Responsible Employees and Third Parties. Alexander Rekeda headed the group that structured the $1.6 billion CDO. Xavier Capdepon modeled the transaction for the rating agencies. Gwen Snorteland was the transaction manager responsible for structuring and closing Delphinus. Delaware Asset Advisers (DAA) served as the collateral manager for Delphinus, and Wei (Alex) Wei was DAA's portfolio manager. Shortly thereafter, in connection with Delphinus’s subsequent request for a required rating confirmation from S&P, Mizuho employees provided and arranged for others to provide further inaccurate information about the composition of Delphinus’s assets. Primarily, they misrepresented that Delphinus’s effective date was 8/6 rather than 7/19. S&P then provided Delphinus with the ratings confirmation using the improper effective date of 8/6/07. SEC Sanctions. To settle SEC charges, Mizuho agreed to pay $127.5 million in disgorgement, prejudgment interest and penalties ($115 million penalty). The settlement requires court approval. Administrative proceedings were instituted against the others, as follows:- Rekeda: agreed to a $125K penalty, and a 12-month suspension, for his alleged violation of Sections 17(a)(2) and (3) of the Securities Act.

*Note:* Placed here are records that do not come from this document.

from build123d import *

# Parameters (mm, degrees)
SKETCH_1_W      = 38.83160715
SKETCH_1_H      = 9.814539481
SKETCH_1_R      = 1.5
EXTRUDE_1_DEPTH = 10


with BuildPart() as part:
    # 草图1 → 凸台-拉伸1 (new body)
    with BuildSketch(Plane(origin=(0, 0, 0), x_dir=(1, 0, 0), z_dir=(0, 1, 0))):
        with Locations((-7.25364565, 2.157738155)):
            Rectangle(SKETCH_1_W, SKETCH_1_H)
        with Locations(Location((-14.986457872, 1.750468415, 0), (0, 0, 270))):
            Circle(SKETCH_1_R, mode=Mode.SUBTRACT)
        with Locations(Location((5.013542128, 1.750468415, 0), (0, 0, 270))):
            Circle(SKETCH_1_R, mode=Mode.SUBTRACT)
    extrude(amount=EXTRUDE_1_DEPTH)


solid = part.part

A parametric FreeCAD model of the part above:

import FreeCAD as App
import Part
import Sketcher
from FreeCAD import Vector
Q = App.Units.Quantity

doc = App.newDocument("Part")
params = doc.addObject("Spreadsheet::Sheet", "Params")
for row, (alias, value) in enumerate([
    ("sketch1_diameter", "3 mm"),
    ("pad1_length", "10 mm"),
], start=1):
    params.set(f"A{row}", alias)
    params.set(f"B{row}", "=" + value)
    params.setAlias(f"B{row}", alias)

body = doc.addObject("PartDesign::Body", "Body")

# Sketch on XZ plane
sketch1 = doc.addObject("Sketcher::SketchObject", "Sketch")
body.addObject(sketch1)
sketch1.AttachmentSupport = (doc.XZ_Plane, [""])
sketch1.MapMode = "FlatFace"
sketch1.addGeometry([
    Part.LineSegment(Vector(-26.7, -7.1, 0), Vector(-26.7, 2.7, 0)),  # 0
    Part.LineSegment(Vector(-26.7, 2.7, 0), Vector(12.2, 2.7, 0)),  # 1
    Part.LineSegment(Vector(12.2, 2.7, 0), Vector(12.2, -7.1, 0)),  # 2
    Part.LineSegment(Vector(12.2, -7.1, 0), Vector(-26.7, -7.1, 0)),  # 3
    Part.Circle(Vector(-15, -1.8, 0), Vector(0, 0, 1), 1.5),  # 4
    Part.Circle(Vector(5, -1.8, 0), Vector(0, 0, 1), 1.5),  # 5
], False)
sketch1.addConstraint([
    Sketcher.Constraint("Coincident", 0, 2, 1, 1),
    Sketcher.Constraint("Coincident", 1, 2, 2, 1),
    Sketcher.Constraint("Coincident", 2, 2, 3, 1),
    Sketcher.Constraint("Coincident", 3, 2, 0, 1),
    Sketcher.Constraint("Vertical", 0),
    Sketcher.Constraint("Horizontal", 1),
    Sketcher.Constraint("Vertical", 2),
    Sketcher.Constraint("Horizontal", 3),
    Sketcher.Constraint("Equal", 4, 5),
    Sketcher.Constraint("Horizontal", 4, 3, 5, 3),
    Sketcher.Constraint("Diameter", 4, Q("3 mm")),
    Sketcher.Constraint("DistanceX", 4, 3, 5, 3, Q("20 mm")),
    Sketcher.Constraint("DistanceY", 4, 3, 0, 2, Q("4.5 mm")),
    Sketcher.Constraint("DistanceY", 0, 1, 0, 2, Q("9.814539 mm")),
    Sketcher.Constraint("DistanceX", 1, 1, 1, 2, Q("38.831607 mm")),
    Sketcher.Constraint("DistanceY", 4, 3, -1, 1, Q("1.750468 mm")),
    Sketcher.Constraint("DistanceX", 0, 2, -1, 1, Q("26.669449 mm")),
    Sketcher.Constraint("DistanceX", 0, 2, 4, 3, Q("11.682991 mm")),
])
sketch1.setExpression("Constraints[10]", "Params.sketch1_diameter")
pad1 = doc.addObject("PartDesign::Pad", "Pad")
body.addObject(pad1)
pad1.Profile = sketch1
pad1.setExpression("Length", "Params.pad1_length")
pad1.Reversed = True

doc.recompute()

- Capdepon: agreed to a $125K penalty and to be barred from the industry for his alleged violation of Section 17(a).
- Snorteland: agreed to be barred from the industry for his alleged violation of Section 17(a); the SEC will decide later on whether to issue a monetary penalty.
- DAA: the firm agreed to pay $4.8 million in disgorgement, prejudgment interest, and penalties for violating Section 17(a)(2) and (3) of the Securities Act and Section 206(2) of the Advisers Act.
- Wei: agreed to a $50K fine and a 6-month suspension from associating with any investment adviser, for violating Section 17(a)(2) and (3) of the Securities Act and Section 206(2) of the Advisers Act.